Flow-Bench: A Dataset for Computational Workflow Anomaly Detection

George Papadimitriou,Hongwei Jin,Cong Wang,Rajiv Mayani,Krishnan Raghavan,Anirban Mandal,Prasanna Balaprakash,Ewa Deelman
2024-06-14
Abstract:A computational workflow, also known as workflow, consists of tasks that must be executed in a specific order to attain a specific goal. Often, in fields such as biology, chemistry, physics, and data science, among others, these workflows are complex and are executed in large-scale, distributed, and heterogeneous computing environments prone to failures and performance degradation. Therefore, anomaly detection for workflows is an important paradigm that aims to identify unexpected behavior or errors in workflow execution. This crucial task to improve the reliability of workflow executions can be further assisted by machine learning-based techniques. However, such application is limited, in large part, due to the lack of open datasets and benchmarking. To address this gap, we make the following contributions in this paper: (1) we systematically inject anomalies and collect raw execution logs from workflows executing on distributed infrastructures; (2) we summarize the statistics of new datasets, and provide insightful analyses; (3) we convert workflows into tabular, graph and text data, and benchmark with supervised and unsupervised anomaly detection techniques correspondingly. The presented dataset and benchmarks allow examining the effectiveness and efficiency of scientific computational workflows and identifying potential research opportunities for improvement and generalization. The dataset and benchmark code are publicly available \url{<a class="link-external link-https" href="https://poseidon-workflows.github.io/FlowBench/" rel="external noopener nofollow">this https URL</a>} under the MIT License.
Distributed, Parallel, and Cluster Computing
What problem does this paper attempt to address?

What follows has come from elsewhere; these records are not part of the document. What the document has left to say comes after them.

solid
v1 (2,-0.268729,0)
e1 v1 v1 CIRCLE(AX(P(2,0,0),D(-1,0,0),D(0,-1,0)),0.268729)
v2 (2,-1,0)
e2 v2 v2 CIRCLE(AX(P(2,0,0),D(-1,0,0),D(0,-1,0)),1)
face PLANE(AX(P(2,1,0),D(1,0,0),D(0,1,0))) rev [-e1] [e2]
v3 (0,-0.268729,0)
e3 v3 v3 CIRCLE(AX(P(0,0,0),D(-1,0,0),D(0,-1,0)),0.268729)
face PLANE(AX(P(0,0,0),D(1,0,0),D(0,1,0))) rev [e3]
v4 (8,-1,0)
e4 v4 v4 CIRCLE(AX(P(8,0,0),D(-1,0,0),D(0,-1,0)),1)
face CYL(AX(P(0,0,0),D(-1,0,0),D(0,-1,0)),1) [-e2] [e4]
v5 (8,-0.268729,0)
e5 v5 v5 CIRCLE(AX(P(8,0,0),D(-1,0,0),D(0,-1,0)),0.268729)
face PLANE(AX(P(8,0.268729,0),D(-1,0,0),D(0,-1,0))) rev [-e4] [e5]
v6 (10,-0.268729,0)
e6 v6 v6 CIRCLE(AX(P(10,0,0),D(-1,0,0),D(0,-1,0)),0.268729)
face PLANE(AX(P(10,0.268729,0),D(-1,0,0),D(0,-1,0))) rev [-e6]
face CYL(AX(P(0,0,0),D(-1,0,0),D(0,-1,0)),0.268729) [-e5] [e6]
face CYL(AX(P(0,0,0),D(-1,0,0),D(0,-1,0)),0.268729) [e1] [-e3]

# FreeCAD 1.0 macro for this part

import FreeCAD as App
import Part
import Sketcher
from FreeCAD import Vector


def add_polygon(sketch, points):
    """Adds a closed chain of lines whose ends are joined by coincident constraints."""
    first, n = sketch.GeometryCount, len(points)
    for a, b in zip(points, points[1:] + points[:1]):
        sketch.addGeometry(Part.LineSegment(App.Vector(*a, 0), App.Vector(*b, 0)), False)
    for i in range(n):
        sketch.addConstraint(Sketcher.Constraint("Coincident", first + i, 2, first + (i + 1) % n, 1))

doc = App.newDocument("Part")
params = doc.addObject("Spreadsheet::Sheet", "Params")
for row, (alias, value) in enumerate([
    ("sketch1_width", "10 mm"),
    ("sketch1_width2", "2 mm"),
    ("revolution_angle", "360 deg"),
], start=1):
    params.set(f"A{row}", alias)
    params.set(f"B{row}", "=" + value)
    params.setAlias(f"B{row}", alias)

body = doc.addObject("PartDesign::Body", "Body")

sketch1 = body.newObject("Sketcher::SketchObject", "Sketch")
sketch1.AttachmentSupport = (doc.getObject("XY_Plane"), [""])
sketch1.MapMode = "FlatFace"
add_polygon(sketch1, [(0, 0), (10, 0), (10, 0.27), (8, 0.27), (8, 1), (2, 1), (2, 0.27), (0, 0.27)])
sketch1.addConstraint([
    Sketcher.Constraint("Horizontal", 0),
    Sketcher.Constraint("Vertical", 1),
    Sketcher.Constraint("Horizontal", 2),
    Sketcher.Constraint("Vertical", 3),
    Sketcher.Constraint("Horizontal", 4),
    Sketcher.Constraint("Vertical", 5),
    Sketcher.Constraint("Horizontal", 6),
    Sketcher.Constraint("Vertical", 7),
    Sketcher.Constraint("Coincident", 7, 2, -1, 1),
    Sketcher.Constraint("Horizontal", 2, 2, 5, 2),
    Sketcher.Constraint("Equal", 2, 6),
    Sketcher.Constraint("DistanceX", 0, 1, 0, 2, 10.0),
    Sketcher.Constraint("DistanceX", 2, 2, 2, 1, 2.0),
    Sketcher.Constraint("DistanceY", -1, 1, 3, 2, 1.0),
    Sketcher.Constraint("DistanceY", 1, 1, 1, 2, 0.268729),
])
sketch1.setExpression("Constraints[19]", "Params.sketch1_width")
sketch1.setExpression("Constraints[20]", "Params.sketch1_width2")
revolution = body.newObject("PartDesign::Revolution", "Revolution")
revolution.Profile = sketch1
revolution.ReferenceAxis = (sketch1, ["H_Axis"])
revolution.setExpression("Angle", "Params.revolution_angle")

doc.recompute()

The paper focuses on the problem of anomaly detection in computing workflows (also known as processes) executed in a distributed computing environment. These workflows are common in fields such as biology, chemistry, physics, and data science, and they are susceptible to hardware and software failures that result in performance degradation and errors as they increase in scale and complexity. Anomaly detection is a key approach for identifying abnormal behavior or errors in workflow execution, which can improve reliability and efficiency. The main contributions of the paper are as follows: 1. Systematically injecting anomalies and collecting raw execution logs. 2. Performing statistical analysis and gaining deep insights into the new dataset. 3. Transforming workflows into tabular, graphic, and textual data and benchmarking them using supervised and unsupervised anomaly detection techniques. The paper also points out that despite the existence of anomaly detection techniques, there is a lack of open datasets and benchmarks that restrict their application in workflows. To address this issue, the paper provides new workflow datasets and benchmarks for evaluating the performance of scientific computing workflows and identifying research opportunities for improvement and generalization. The datasets and benchmark code are publicly available under the MIT license. Furthermore, the paper introduces 12 representative workflows from different domains that are used to create the dataset. These workflows are evaluated using various anomaly detection techniques for tabular, graphic, and textual data. By comparing the performance of different techniques, the paper reveals their applicability and limitations in scientific workflow scenarios. In conclusion, the paper aims to advance the development of anomaly detection techniques in computing workflows by providing datasets and benchmarks, encouraging future research, and tool development.